Carers represent the cornerstone of Scotland’s health and social care system. It is estimated that more than 788,000 people are caring for a relative, friend or neighbour in Scotland, this includes around 44,000 people under the age of 18. Together, they are estimated to provide care worth approximately £10bn every year. Despite the fundamental services provided by carers, they have previously received little recognition or governmental support, often resulting in increased social isolation and greater financial struggles, particularly in circumstances where fulltime employment cannot be balanced alongside caring responsibilities.
To address these matters, the Scottish Parliament passed the Carers (Scotland) Act on 9th March 2016. This key piece of legislation will come into effect on 1st April 2018 and will seek to promote, defend and extend the rights of adult and young carers across Scotland. Most importantly, this legislation will aim to afford carers a balance between their caring responsibilities, education, health and wellbeing.
Difficulties experienced by carers in Scotland are often multidimensional in nature requiring an equally diverse range of socio-economic remedies. To what extent will this legislation address carers’ needs and create realisable and enforceable rights and opportunities. Does this legislation have the necessary teeth to carve out positive and long-term change for carers in Scotland?
Caring for Carers
The Act seeks to extend and enrich the rights of carers in Scotland. Provisions in the Act are designed to secure enhanced and more coherent support for carers so that they are able to continue to provide care, if they so wish, in better health while at the same time being afforded the opportunity to pursue educational, employment or social aspirations. The most significant implications of the Act are as follows:
- The definition of ‘carer’ has been revised to reflect the diverse range of circumstances in which people are undertaking caring responsibilities. The meaning of ‘carer’ includes an individual ‘who intends to provide care’ as well as an individual who presently provides care. Further, there will no longer be a requirement for the care provided to be ‘substantial’ and ‘regular,’ therefore expanding the definition of ’carer’ to encompass a greater number of care providers.
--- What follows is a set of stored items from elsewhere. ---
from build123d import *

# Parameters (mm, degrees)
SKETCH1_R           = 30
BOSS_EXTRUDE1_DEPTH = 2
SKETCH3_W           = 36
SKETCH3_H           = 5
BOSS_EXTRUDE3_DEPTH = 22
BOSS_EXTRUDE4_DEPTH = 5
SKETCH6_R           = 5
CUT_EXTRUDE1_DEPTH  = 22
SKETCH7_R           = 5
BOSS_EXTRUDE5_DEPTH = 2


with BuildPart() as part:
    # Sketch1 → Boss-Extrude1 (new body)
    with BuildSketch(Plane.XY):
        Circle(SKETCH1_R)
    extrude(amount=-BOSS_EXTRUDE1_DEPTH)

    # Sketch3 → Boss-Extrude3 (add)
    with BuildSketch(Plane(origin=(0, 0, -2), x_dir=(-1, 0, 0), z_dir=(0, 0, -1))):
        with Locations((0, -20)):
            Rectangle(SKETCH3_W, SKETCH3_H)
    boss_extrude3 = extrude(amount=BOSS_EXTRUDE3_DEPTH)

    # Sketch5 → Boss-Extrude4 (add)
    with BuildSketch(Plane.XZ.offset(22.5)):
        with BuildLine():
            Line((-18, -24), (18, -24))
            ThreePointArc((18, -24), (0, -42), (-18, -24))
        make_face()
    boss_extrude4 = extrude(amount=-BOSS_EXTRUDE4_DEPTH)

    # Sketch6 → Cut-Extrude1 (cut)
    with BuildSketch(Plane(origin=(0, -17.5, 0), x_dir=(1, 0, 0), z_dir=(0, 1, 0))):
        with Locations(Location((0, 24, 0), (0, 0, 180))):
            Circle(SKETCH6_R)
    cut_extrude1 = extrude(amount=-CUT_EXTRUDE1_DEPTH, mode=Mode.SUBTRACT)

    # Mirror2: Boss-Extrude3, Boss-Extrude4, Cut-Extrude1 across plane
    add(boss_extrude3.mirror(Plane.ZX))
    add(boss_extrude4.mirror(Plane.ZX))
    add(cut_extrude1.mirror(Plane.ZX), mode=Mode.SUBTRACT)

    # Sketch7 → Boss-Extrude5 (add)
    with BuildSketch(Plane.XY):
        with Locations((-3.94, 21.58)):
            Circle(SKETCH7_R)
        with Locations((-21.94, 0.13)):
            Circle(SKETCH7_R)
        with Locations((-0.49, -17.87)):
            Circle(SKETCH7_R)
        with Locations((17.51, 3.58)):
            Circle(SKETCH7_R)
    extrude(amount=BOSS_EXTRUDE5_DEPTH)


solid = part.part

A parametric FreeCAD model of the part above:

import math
import FreeCAD as App
import Part
import Sketcher
from FreeCAD import Vector
Q = App.Units.Quantity

doc = App.newDocument("Part")
body = doc.addObject("PartDesign::Body", "Body")

sketch1 = doc.addObject("Sketcher::SketchObject", "Sketch")
body.addObject(sketch1)
sketch1.AttachmentSupport = (doc.XY_Plane, [""])
sketch1.MapMode = "FlatFace"
sketch1.addGeometry(Part.Circle(Vector(0, 0, 0), Vector(0, 0, 1), 30), False)
sketch1.addConstraint([
    Sketcher.Constraint("Coincident", 0, 3, -1, 1),
    Sketcher.Constraint("Diameter", 0, Q("60 mm")),
])
pad1 = doc.addObject("PartDesign::Pad", "Pad")
body.addObject(pad1)
pad1.Profile = sketch1
pad1.Length = 2
pad1.Reversed = True

sketch2 = doc.addObject("Sketcher::SketchObject", "Sketch001")
body.addObject(sketch2)
sketch2.AttachmentSupport = (doc.XY_Plane, [""])
sketch2.MapMode = "FlatFace"
sketch2.AttachmentOffset = App.Placement(Vector(0, 0, -2), App.Rotation())
sketch2.addGeometry([
    Part.LineSegment(Vector(18, -18, 0), Vector(18, -22, 0)),
    Part.LineSegment(Vector(18, -22, 0), Vector(-18, -22, 0)),
    Part.LineSegment(Vector(-18, -22, 0), Vector(-18, -18, 0)),
    Part.LineSegment(Vector(-18, -18, 0), Vector(18, -18, 0)),
], False)
sketch2.addConstraint([
    Sketcher.Constraint("Coincident", 0, 2, 1, 1),
    Sketcher.Constraint("Coincident", 1, 2, 2, 1),
    Sketcher.Constraint("Coincident", 2, 2, 3, 1),
    Sketcher.Constraint("Coincident", 3, 2, 0, 1),
    Sketcher.Constraint("Vertical", 0),
    Sketcher.Constraint("Horizontal", 1),
    Sketcher.Constraint("Vertical", 2),
    Sketcher.Constraint("Horizontal", 3),
    Sketcher.Constraint("DistanceX", 1, 2, 1, 1, Q("36 mm")),
    Sketcher.Constraint("DistanceY", 0, 2, 0, 1, Q("5 mm")),
    Sketcher.Constraint("DistanceX", -1, 1, 0, 2, Q("18 mm")),
    Sketcher.Constraint("DistanceY", 0, 2, -1, 1, Q("22.5 mm")),
])
pad2 = doc.addObject("PartDesign::Pad", "Pad001")
body.addObject(pad2)
pad2.Profile = sketch2
pad2.Length = 22
pad2.Reversed = True

sketch3 = doc.addObject("Sketcher::SketchObject", "Sketch002")
body.addObject(sketch3)
sketch3.AttachmentSupport = (doc.XZ_Plane, [""])
sketch3.MapMode = "FlatFace"
sketch3.AttachmentOffset = App.Placement(Vector(0, 0, 22.5), App.Rotation())
sketch3.addGeometry([
    Part.LineSegment(Vector(18, -24, 0), Vector(-18, -24, 0)),
    Part.ArcOfCircle(Part.Circle(Vector(0, -24, 0), Vector(0, 0, 1), 18), math.radians(180), math.radians(360)),
], False)
sketch3.addConstraint([
    Sketcher.Constraint("Coincident", 0, 1, 1, 2),
    Sketcher.Constraint("Coincident", 1, 1, 0, 2),
    Sketcher.Constraint("Horizontal", 0),
    Sketcher.Constraint("PointOnObject", 1, 3, -2),
    Sketcher.Constraint("Horizontal", 1, 3, 0, 1),
    Sketcher.Constraint("Radius", 1, Q("18 mm")),
    Sketcher.Constraint("DistanceY", 1, 3, -1, 1, Q("24 mm")),
])
pad3 = doc.addObject("PartDesign::Pad", "Pad002")
body.addObject(pad3)
pad3.Profile = sketch3
pad3.Length = 5
pad3.Reversed = True

sketch4 = doc.addObject("Sketcher::SketchObject", "Sketch003")
body.addObject(sketch4)
sketch4.AttachmentSupport = (doc.XZ_Plane, [""])
sketch4.MapMode = "FlatFace"
sketch4.AttachmentOffset = App.Placement(Vector(0, 0, 17.5), App.Rotation())
sketch4.addGeometry(Part.Circle(Vector(0, -24, 0), Vector(0, 0, 1), 5), False)
sketch4.addConstraint([
    Sketcher.Constraint("PointOnObject", 0, 3, -2),
    Sketcher.Constraint("Diameter", 0, Q("10 mm")),
    Sketcher.Constraint("DistanceY", 0, 3, -1, 1, Q("24 mm")),
])
pocket1 = doc.addObject("PartDesign::Pocket", "Pocket")
body.addObject(pocket1)
pocket1.Profile = sketch4
pocket1.Length = 22
pocket1.Reversed = True
doc.recompute()

mirrored = doc.addObject("PartDesign::Mirrored", "Mirrored")
body.addObject(mirrored)
mirrored.Originals = [pad2, pad3, pocket1]
mirrored.MirrorPlane = (doc.XZ_Plane, [""])
body.Tip = mirrored

sketch5 = doc.addObject("Sketcher::SketchObject", "Sketch004")
body.addObject(sketch5)
sketch5.AttachmentSupport = (doc.XY_Plane, [""])
sketch5.MapMode = "FlatFace"
sketch5.addGeometry([
    Part.Circle(Vector(-4, 22, 0), Vector(0, 0, 1), 5),
    Part.Circle(Vector(-22, 0, 0), Vector(0, 0, 1), 5),
    Part.Circle(Vector(0, -18, 0), Vector(0, 0, 1), 5),
    Part.Circle(Vector(18, 4, 0), Vector(0, 0, 1), 5),
], False)
sketch5.addConstraint([
    Sketcher.Constraint("Equal", 0, 1),
    Sketcher.Constraint("Equal", 1, 2),
    Sketcher.Constraint("Equal", 2, 3),
    Sketcher.Constraint("Diameter", 0, Q("10 mm")),
    Sketcher.Constraint("DistanceX", 1, 3, 0, 3, Q("18 mm")),
    Sketcher.Constraint("DistanceY", 2, 3, 1, 3, Q("18 mm")),
    Sketcher.Constraint("DistanceY", 3, 3, 0, 3, Q("18 mm")),
    Sketcher.Constraint("DistanceX", 2, 3, 3, 3, Q("18 mm")),
    Sketcher.Constraint("DistanceX", 0, 3, -1, 1, Q("3.94 mm")),
    Sketcher.Constraint("DistanceY", -1, 1, 0, 3, Q("21.58 mm")),
    Sketcher.Constraint("DistanceY", -1, 1, 1, 3, Q("0.13 mm")),
    Sketcher.Constraint("DistanceX", 2, 3, -1, 1, Q("0.49 mm")),
])
pad4 = doc.addObject("PartDesign::Pad", "Pad003")
body.addObject(pad4)
pad4.Profile = sketch5
pad4.Length = 2

doc.recompute()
- Each local authority will be required to establish local eligibility criteria, detailing the circumstances in which support will be offered to carers. Carers who meet the eligibility criteria must be provided with support to meet their identified needs and should be offered a choice under four options as to how such support will be rendered, either through direct financial payment, targeting of available support, provision of support personnel for the cared for person or through an assortment of these available options. By allowing carers to self-direct their means of support, it is envisaged that such support will more adequately address their individual needs.
- Local authorities will be obliged to publish a ‘Short Breaks Services Statement,’ which provide information about short break services available in Scotland for carers and cared for persons. The definition of ‘short breaks’ will be clarified in regulations and guidance as will further details on how these statements will be prepared, published and reviewed.
- Local authorities will be required to provide support to carers that fulfill the local eligibility criteria; this will include preparing an adult care and support plan (ACSP) or young carer statement (YCS) for anyone identified as a carer. Such support plans will specify personal outcomes, identified needs and the support to be provided to meet these needs.
- Each local authority must also establish and maintain an information and advice service for carers, providing guidance on matters including education and training, advocacy for carers, bereavement support services, emergency and future care planning, health and wellbeing, mental health counseling and potential means of income maximisation. By ensuring carers are better informed of their rights and entitlements and the services available to them, it is hoped that carers will feel supported and appreciated and in turn better equipped to manage the challenges they face as carers.
- There are a range of provisions within the Act seeking to enhance the involvement of carers in both developing and planning services locally. Local authorities and NHS boards will be required to involve carers in carers' services, and similarly health boards and local authorities will also be obliged to work together to create local carer strategies. By involving carers at the heart of the decision-making and planning process, it is hoped that these services and facilities will be better adapted and prepared to meet the specific needs of carers in Scotland.
- Scottish ministers will be obliged to prepare a Carers Rights Charter. This document will outline carers’ rights under the Carers (Scotland) Act 2016 and is likely to also broadly summarise and amalgamate carers’ rights under other legislation to provide a comprehensive overview of the legal position of carers in Scotland. In developing this Charter, the Scottish Government will consult with carers and carers’ organisations.
Policy Objectives and Practical Realisation
The Scottish Government has stated that this Act is ‘founded on a preventative approach.’ This legislation recognises the contribution carers make to the lives of the people they care for and more widely health and social services and the economy. By providing avenues for carers to balance their caring responsibilities it is hoped that carers will be healthier and happier in the care they provide, without which Scotland’s health and social services would be overwhelmed beyond functioning capacity. Further, by providing additional support and information pathways, it is envisaged that the standard of care and quality of life for both carers and cared for persons will improve.
The success and realisation of the Carers Act will greatly depend on its implementation by local authorities. At a time of increased budgetary constraints, local authorities are being asked to do more with less and in this instance have been assigned an extensive range of duties to fulfill. The extent to which local authorities will be financially capable of implementing the provisions of the legislation remains to be seen, this will likely be the greatest obstacle to realising positive change and progress for carers in Scotland.